Emergency Procedures is my quest to differentiate Half-Fast from any other running blog out there. It is an ongoing feature at Half-Fast designed to give runners the advice that no one else does, and appears on a random and inconsistent schedule based loosely on its popularity. Today’s topic as you may have already guessed is Alien Abductions!
The list of emergency procedures below should be followed in the event that you are confronted by an alien who wishes to abduct you.
1. Ignore. Try to just ignore the alien standing in your path and run around him as if he doesn’t exist, because he probably doesn’t. Also you’re hallucinating, make a mental note to hydrate better.
2. If step 1 does not work and the alien forces you to stop running, STOP YOUR WATCH! It’s shaping up to be a really bad day, don’t make it worse by screwing up your splits.

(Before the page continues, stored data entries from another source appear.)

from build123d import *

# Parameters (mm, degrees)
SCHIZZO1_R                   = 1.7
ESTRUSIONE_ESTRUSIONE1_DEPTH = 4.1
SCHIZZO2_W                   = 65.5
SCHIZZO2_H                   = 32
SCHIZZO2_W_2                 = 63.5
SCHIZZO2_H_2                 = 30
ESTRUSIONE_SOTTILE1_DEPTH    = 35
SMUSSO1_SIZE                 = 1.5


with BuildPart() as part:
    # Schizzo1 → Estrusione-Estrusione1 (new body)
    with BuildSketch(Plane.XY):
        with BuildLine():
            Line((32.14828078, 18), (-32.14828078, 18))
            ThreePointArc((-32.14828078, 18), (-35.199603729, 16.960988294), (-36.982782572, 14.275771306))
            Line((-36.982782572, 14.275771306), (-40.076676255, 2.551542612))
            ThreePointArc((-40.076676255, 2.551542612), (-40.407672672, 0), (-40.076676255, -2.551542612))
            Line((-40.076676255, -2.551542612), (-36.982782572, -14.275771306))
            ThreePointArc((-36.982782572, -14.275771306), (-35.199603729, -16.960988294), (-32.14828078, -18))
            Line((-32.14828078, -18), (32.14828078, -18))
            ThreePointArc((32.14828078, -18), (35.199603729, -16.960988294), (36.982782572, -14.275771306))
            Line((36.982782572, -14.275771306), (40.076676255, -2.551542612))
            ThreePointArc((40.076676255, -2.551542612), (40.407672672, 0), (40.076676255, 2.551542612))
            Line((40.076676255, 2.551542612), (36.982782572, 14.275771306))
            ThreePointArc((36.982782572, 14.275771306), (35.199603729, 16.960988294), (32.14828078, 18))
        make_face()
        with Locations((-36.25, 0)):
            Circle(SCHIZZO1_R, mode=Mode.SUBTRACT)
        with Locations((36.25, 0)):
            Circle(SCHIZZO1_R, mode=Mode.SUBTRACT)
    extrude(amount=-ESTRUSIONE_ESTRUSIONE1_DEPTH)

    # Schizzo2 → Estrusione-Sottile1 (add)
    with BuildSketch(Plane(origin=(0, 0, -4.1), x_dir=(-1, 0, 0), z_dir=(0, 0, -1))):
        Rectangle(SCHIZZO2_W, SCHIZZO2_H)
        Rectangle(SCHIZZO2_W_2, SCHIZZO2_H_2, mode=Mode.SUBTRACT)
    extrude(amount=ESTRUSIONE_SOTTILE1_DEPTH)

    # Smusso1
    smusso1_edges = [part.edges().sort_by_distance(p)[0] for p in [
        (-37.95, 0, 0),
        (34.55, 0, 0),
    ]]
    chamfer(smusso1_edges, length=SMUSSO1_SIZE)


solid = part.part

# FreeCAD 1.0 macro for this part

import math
import FreeCAD as App
import Part
import Sketcher
from FreeCAD import Vector


def edges_at(feature, points):
    """Names of the edges that pass closest to the given points."""
    edges = feature.Shape.Edges
    near = lambda p: min(range(len(edges)), key=lambda i: edges[i].distToShape(Part.Vertex(*p))[0])
    return sorted({f"Edge{near(p) + 1}" for p in points})


def add_polygon(sketch, points):
    """Adds a closed chain of lines whose ends are joined by coincident constraints."""
    first, n = sketch.GeometryCount, len(points)
    for a, b in zip(points, points[1:] + points[:1]):
        sketch.addGeometry(Part.LineSegment(App.Vector(*a, 0), App.Vector(*b, 0)), False)
    for i in range(n):
        sketch.addConstraint(Sketcher.Constraint("Coincident", first + i, 2, first + (i + 1) % n, 1))

doc = App.newDocument("Part")
body = doc.addObject("PartDesign::Body", "Body")

# Sketch on XY plane
sketch1 = body.newObject("Sketcher::SketchObject", "Sketch")
sketch1.AttachmentSupport = (doc.getObject("XY_Plane"), [""])
sketch1.MapMode = "FlatFace"
sketch1.addGeometry(Part.LineSegment(Vector(32.1, 18, 0), Vector(-32.1, 18, 0)), False)
sketch1.addGeometry(Part.ArcOfCircle(Part.Circle(Vector(-32.1, 13, 0), Vector(0, 0, 1), 5), math.radians(90), math.radians(165)), False)
sketch1.addGeometry(Part.LineSegment(Vector(-37, 14.3, 0), Vector(-40.1, 2.6, 0)), False)
sketch1.addGeometry(Part.ArcOfCircle(Part.Circle(Vector(-30.4, 0, 0), Vector(0, 0, 1), 10), math.radians(165), math.radians(195)), False)
sketch1.addGeometry(Part.LineSegment(Vector(-40.1, -2.6, 0), Vector(-37, -14.3, 0)), False)
sketch1.addGeometry(Part.ArcOfCircle(Part.Circle(Vector(-32.1, -13, 0), Vector(0, 0, 1), 5), math.radians(-165), math.radians(-90)), False)
sketch1.addGeometry(Part.LineSegment(Vector(-32.1, -18, 0), Vector(32.1, -18, 0)), False)
sketch1.addGeometry(Part.ArcOfCircle(Part.Circle(Vector(32.1, -13, 0), Vector(0, 0, 1), 5), math.radians(-90), math.radians(-15)), False)
sketch1.addGeometry(Part.LineSegment(Vector(37, -14.3, 0), Vector(40.1, -2.6, 0)), False)
sketch1.addGeometry(Part.ArcOfCircle(Part.Circle(Vector(30.4, 0, 0), Vector(0, 0, 1), 10), math.radians(-15), math.radians(15)), False)
sketch1.addGeometry(Part.LineSegment(Vector(40.1, 2.6, 0), Vector(37, 14.3, 0)), False)
sketch1.addGeometry(Part.ArcOfCircle(Part.Circle(Vector(32.1, 13, 0), Vector(0, 0, 1), 5), math.radians(15), math.radians(90)), False)
sketch1.addGeometry(Part.Circle(Vector(-36.2, 0, 0), Vector(0, 0, 1), 1.7), False)
sketch1.addGeometry(Part.Circle(Vector(36.2, 0, 0), Vector(0, 0, 1), 1.7), False)
sketch1.addConstraint(Sketcher.Constraint("Tangent", 0, 2, 1, 1))
sketch1.addConstraint(Sketcher.Constraint("Tangent", 1, 2, 2, 1))
sketch1.addConstraint(Sketcher.Constraint("Tangent", 2, 2, 3, 1))
sketch1.addConstraint(Sketcher.Constraint("Tangent", 3, 2, 4, 1))
sketch1.addConstraint(Sketcher.Constraint("Tangent", 4, 2, 5, 1))
sketch1.addConstraint(Sketcher.Constraint("Tangent", 5, 2, 6, 1))
sketch1.addConstraint(Sketcher.Constraint("Tangent", 6, 2, 7, 1))
sketch1.addConstraint(Sketcher.Constraint("Tangent", 7, 2, 8, 1))
sketch1.addConstraint(Sketcher.Constraint("Tangent", 8, 2, 9, 1))
sketch1.addConstraint(Sketcher.Constraint("Tangent", 9, 2, 10, 1))
sketch1.addConstraint(Sketcher.Constraint("Tangent", 10, 2, 11, 1))
sketch1.addConstraint(Sketcher.Constraint("Tangent", 11, 2, 0, 1))
sketch1.addConstraint(Sketcher.Constraint("Horizontal", 0))
sketch1.addConstraint(Sketcher.Constraint("Horizontal", 6))
sketch1.addConstraint(Sketcher.Constraint("Equal", 1, 5))
sketch1.addConstraint(Sketcher.Constraint("Equal", 5, 7))
sketch1.addConstraint(Sketcher.Constraint("Equal", 3, 9))
sketch1.addConstraint(Sketcher.Constraint("Equal", 7, 11))
sketch1.addConstraint(Sketcher.Constraint("Equal", 12, 13))
sketch1.addConstraint(Sketcher.Constraint("Symmetric", 1, 3, 7, 3, -1, 1))
sketch1.addConstraint(Sketcher.Constraint("Symmetric", 3, 3, 9, 3, -1, 1))
sketch1.addConstraint(Sketcher.Constraint("Symmetric", 12, 3, 13, 3, -1, 1))
sketch1.addConstraint(Sketcher.Constraint("Symmetric", 4, 2, 7, 2, -2))
sketch1.addConstraint(Sketcher.Constraint("PointOnObject", 12, 3, -1))
sketch1.addConstraint(Sketcher.Constraint("Parallel", 4, 10))
sketch1.addConstraint(Sketcher.Constraint("Radius", 1, 5.0))
sketch1.addConstraint(Sketcher.Constraint("Radius", 3, 10.0))
sketch1.addConstraint(Sketcher.Constraint("Diameter", 12, 3.4))
sketch1.addConstraint(Sketcher.Constraint("DistanceY", -1, 1, 1, 3, 13.0))
sketch1.addConstraint(Sketcher.Constraint("DistanceX", 12, 3, -1, 1, 36.25))
sketch1.addConstraint(Sketcher.Constraint("DistanceX", 0, 2, 0, 1, 64.296562))
sketch1.addConstraint(Sketcher.Constraint("DistanceX", 1, 2, 1, 3, 4.834502))
pad1 = body.newObject("PartDesign::Pad", "Pad")
pad1.Profile = sketch1
pad1.Length = 4.1
pad1.Reversed = True

# Sketch on XY plane
sketch2 = body.newObject("Sketcher::SketchObject", "Sketch001")
sketch2.AttachmentSupport = (doc.getObject("XY_Plane"), [""])
sketch2.MapMode = "FlatFace"
sketch2.AttachmentOffset = App.Placement(Vector(0, 0, -4.1), App.Rotation())
add_polygon(sketch2, [(33, 16), (33, -16), (-33, -16), (-33, 16)])  # lines 0-3
add_polygon(sketch2, [(-32, -15), (32, -15), (32, 15), (-32, 15)])  # lines 4-7
sketch2.addConstraint(Sketcher.Constraint("Vertical", 0))
sketch2.addConstraint(Sketcher.Constraint("Horizontal", 1))
sketch2.addConstraint(Sketcher.Constraint("Vertical", 2))
sketch2.addConstraint(Sketcher.Constraint("Horizontal", 3))
sketch2.addConstraint(Sketcher.Constraint("Horizontal", 4))
sketch2.addConstraint(Sketcher.Constraint("Vertical", 5))
sketch2.addConstraint(Sketcher.Constraint("Horizontal", 6))
sketch2.addConstraint(Sketcher.Constraint("Vertical", 7))
sketch2.addConstraint(Sketcher.Constraint("Symmetric", 0, 2, 2, 2, -1, 1))
sketch2.addConstraint(Sketcher.Constraint("Symmetric", 4, 2, 6, 2, -1, 1))
sketch2.addConstraint(Sketcher.Constraint("DistanceY", 0, 2, 0, 1, 32.0))
sketch2.addConstraint(Sketcher.Constraint("DistanceY", 5, 1, 5, 2, 30.0))
sketch2.addConstraint(Sketcher.Constraint("DistanceX", 1, 2, 1, 1, 65.5))
sketch2.addConstraint(Sketcher.Constraint("DistanceX", 4, 1, 4, 2, 63.5))
pad2 = body.newObject("PartDesign::Pad", "Pad001")
pad2.Profile = sketch2
pad2.Length = 35
pad2.Reversed = True
doc.recompute()

chamfer = body.newObject("PartDesign::Chamfer", "Chamfer")
chamfer.Base = (pad2, edges_at(pad2, [(-37.95, 0, 0), (34.55, 0, 0)]))
chamfer.Size = 1.5

doc.recompute()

3. Point up to the sky behind the alien and yell “Look out behind you!” When the alien looks, run right past him and finish your run with all haste.
4. Try communicating with the alien through speech, hand gestures and telepathy. If this fails, try the Jedi Mind Trick; “I am not the human that you are interested in.”
5. Yell and scream for help like a little girl.
6. Assume that the aliens are simply lost and looking for the nearest trailer park. Give them detailed directions.
7. Draw your water bottle from its holster, point it at the alien and advise him that if he does not retreat, you will be forced to use your “Anti-Matter Gun” against him.
8. If the alien does not comply with your previous request, go ahead and squirt him. This will either cause him to retreat or piss him off greatly. Be ready for the latter. (Remember not to use up all of your water unless you have less than a mile left in your run.)
If none of these measures work and you find yourself being whisked away on an alien craft, then you can try some of the following additional measures:
1. And this is the most important one: Stay the hell away from anything that looks like a probe or turkey baster.
2. Ask if you can use the on-board treadmill to finish up your workout. It can’t hurt to ask right?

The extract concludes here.